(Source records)
============================================================
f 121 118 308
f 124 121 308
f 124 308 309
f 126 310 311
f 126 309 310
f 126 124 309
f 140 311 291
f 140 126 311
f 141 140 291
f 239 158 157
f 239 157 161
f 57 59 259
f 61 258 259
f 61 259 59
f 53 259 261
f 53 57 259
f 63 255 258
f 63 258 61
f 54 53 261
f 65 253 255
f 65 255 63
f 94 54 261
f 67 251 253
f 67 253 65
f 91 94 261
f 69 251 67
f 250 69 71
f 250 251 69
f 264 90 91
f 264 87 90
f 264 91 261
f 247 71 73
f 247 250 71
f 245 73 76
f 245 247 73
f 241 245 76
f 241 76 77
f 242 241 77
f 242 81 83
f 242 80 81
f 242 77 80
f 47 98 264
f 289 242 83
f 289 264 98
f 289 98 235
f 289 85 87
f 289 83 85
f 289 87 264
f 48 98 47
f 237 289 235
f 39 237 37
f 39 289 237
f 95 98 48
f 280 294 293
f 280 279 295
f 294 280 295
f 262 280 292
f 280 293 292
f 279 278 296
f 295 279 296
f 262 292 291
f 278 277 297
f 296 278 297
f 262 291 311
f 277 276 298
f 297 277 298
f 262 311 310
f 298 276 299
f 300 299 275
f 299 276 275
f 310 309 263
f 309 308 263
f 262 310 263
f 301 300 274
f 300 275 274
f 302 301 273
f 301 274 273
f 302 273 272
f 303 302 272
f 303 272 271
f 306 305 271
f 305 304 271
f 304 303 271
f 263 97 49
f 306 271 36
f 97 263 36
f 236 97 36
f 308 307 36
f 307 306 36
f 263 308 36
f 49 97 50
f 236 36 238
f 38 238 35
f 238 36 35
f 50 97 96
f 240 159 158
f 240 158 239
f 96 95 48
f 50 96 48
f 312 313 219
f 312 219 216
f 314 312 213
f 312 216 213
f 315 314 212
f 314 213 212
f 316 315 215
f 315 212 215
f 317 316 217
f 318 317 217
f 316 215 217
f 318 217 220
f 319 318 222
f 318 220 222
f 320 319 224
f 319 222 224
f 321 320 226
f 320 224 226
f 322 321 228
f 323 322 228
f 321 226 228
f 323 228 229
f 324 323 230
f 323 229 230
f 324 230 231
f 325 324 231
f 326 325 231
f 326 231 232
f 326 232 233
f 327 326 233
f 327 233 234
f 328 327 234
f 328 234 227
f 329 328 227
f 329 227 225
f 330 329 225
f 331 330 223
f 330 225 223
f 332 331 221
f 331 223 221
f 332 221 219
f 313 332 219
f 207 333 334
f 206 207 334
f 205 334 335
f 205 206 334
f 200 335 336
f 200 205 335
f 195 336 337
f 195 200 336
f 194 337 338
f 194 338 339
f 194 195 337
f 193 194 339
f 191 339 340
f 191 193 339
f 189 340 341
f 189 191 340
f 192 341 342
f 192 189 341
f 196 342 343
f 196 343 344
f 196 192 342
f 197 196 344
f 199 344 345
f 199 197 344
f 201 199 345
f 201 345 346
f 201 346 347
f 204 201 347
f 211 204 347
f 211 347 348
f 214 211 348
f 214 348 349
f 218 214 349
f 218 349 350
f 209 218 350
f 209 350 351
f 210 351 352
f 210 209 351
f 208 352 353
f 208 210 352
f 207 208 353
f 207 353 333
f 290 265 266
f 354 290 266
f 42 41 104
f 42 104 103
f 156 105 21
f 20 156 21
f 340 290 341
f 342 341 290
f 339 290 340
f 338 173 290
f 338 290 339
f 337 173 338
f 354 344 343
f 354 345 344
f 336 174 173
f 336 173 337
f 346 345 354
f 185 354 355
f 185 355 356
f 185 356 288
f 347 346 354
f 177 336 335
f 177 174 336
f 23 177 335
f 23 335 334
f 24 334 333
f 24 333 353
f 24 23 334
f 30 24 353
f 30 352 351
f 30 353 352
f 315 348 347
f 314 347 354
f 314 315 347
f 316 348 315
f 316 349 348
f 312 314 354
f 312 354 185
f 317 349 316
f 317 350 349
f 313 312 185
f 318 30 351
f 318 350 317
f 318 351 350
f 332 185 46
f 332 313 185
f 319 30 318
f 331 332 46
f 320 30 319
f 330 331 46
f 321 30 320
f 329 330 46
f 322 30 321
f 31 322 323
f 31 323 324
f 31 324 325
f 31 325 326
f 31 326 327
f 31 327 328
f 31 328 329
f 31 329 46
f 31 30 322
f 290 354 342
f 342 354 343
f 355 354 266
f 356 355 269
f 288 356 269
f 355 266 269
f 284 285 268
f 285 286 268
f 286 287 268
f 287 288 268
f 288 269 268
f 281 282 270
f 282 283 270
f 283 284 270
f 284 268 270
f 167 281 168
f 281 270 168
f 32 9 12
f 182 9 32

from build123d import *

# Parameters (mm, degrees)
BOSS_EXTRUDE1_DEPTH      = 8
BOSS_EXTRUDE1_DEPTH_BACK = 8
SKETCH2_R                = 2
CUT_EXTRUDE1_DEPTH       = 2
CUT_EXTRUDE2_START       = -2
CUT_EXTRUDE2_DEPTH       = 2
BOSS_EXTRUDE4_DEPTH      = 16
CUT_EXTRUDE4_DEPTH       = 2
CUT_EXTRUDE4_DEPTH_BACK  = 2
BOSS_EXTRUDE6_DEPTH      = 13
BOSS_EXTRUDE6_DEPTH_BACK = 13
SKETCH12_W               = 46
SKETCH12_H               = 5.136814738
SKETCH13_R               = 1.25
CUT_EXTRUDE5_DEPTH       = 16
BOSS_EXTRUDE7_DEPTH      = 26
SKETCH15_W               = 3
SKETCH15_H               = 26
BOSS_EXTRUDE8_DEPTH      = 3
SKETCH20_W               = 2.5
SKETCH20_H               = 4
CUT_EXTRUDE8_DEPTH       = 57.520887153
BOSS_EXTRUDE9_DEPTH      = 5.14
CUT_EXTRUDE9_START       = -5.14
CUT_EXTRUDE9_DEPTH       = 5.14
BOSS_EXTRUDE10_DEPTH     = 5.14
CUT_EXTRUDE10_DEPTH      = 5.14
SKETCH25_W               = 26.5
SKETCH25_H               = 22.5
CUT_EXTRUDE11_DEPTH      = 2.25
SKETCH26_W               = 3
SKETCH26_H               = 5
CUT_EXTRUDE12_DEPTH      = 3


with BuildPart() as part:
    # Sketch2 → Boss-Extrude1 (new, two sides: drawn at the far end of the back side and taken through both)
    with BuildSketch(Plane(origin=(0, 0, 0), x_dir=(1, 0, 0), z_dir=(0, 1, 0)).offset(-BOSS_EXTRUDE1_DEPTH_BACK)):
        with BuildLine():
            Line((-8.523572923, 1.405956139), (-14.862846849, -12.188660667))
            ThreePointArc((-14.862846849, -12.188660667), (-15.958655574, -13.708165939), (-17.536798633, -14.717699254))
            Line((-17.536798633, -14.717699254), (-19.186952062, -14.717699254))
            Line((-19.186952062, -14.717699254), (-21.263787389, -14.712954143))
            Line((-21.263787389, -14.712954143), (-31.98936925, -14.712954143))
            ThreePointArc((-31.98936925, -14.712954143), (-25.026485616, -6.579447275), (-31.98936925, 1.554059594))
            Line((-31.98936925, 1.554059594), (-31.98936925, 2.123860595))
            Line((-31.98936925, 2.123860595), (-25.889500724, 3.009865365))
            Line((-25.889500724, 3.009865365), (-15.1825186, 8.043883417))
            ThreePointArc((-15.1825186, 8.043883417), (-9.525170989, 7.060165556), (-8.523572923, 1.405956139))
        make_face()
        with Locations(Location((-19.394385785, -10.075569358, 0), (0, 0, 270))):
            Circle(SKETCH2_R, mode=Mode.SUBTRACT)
============================================================
- ACTIVITY
All that should be written out is the stretch of lines above between the one holding "f 240 158 239" and the one holding "f 30 352 351", inclusive, exactly as given.

- ANSWER
f 240 158 239
f 96 95 48
f 50 96 48
f 312 313 219
f 312 219 216
f 314 312 213
f 312 216 213
f 315 314 212
f 314 213 212
f 316 315 215
f 315 212 215
f 317 316 217
f 318 317 217
f 316 215 217
f 318 217 220
f 319 318 222
f 318 220 222
f 320 319 224
f 319 222 224
f 321 320 226
f 320 224 226
f 322 321 228
f 323 322 228
f 321 226 228
f 323 228 229
f 324 323 230
f 323 229 230
f 324 230 231
f 325 324 231
f 326 325 231
f 326 231 232
f 326 232 233
f 327 326 233
f 327 233 234
f 328 327 234
f 328 234 227
f 329 328 227
f 329 227 225
f 330 329 225
f 331 330 223
f 330 225 223
f 332 331 221
f 331 223 221
f 332 221 219
f 313 332 219
f 207 333 334
f 206 207 334
f 205 334 335
f 205 206 334
f 200 335 336
f 200 205 335
f 195 336 337
f 195 200 336
f 194 337 338
f 194 338 339
f 194 195 337
f 193 194 339
f 191 339 340
f 191 193 339
f 189 340 341
f 189 191 340
f 192 341 342
f 192 189 341
f 196 342 343
f 196 343 344
f 196 192 342
f 197 196 344
f 199 344 345
f 199 197 344
f 201 199 345
f 201 345 346
f 201 346 347
f 204 201 347
f 211 204 347
f 211 347 348
f 214 211 348
f 214 348 349
f 218 214 349
f 218 349 350
f 209 218 350
f 209 350 351
f 210 351 352
f 210 209 351
f 208 352 353
f 208 210 352
f 207 208 353
f 207 353 333
f 290 265 266
f 354 290 266
f 42 41 104
f 42 104 103
f 156 105 21
f 20 156 21
f 340 290 341
f 342 341 290
f 339 290 340
f 338 173 290
f 338 290 339
f 337 173 338
f 354 344 343
f 354 345 344
f 336 174 173
f 336 173 337
f 346 345 354
f 185 354 355
f 185 355 356
f 185 356 288
f 347 346 354
f 177 336 335
f 177 174 336
f 23 177 335
f 23 335 334
f 24 334 333
f 24 333 353
f 24 23 334
f 30 24 353
f 30 352 351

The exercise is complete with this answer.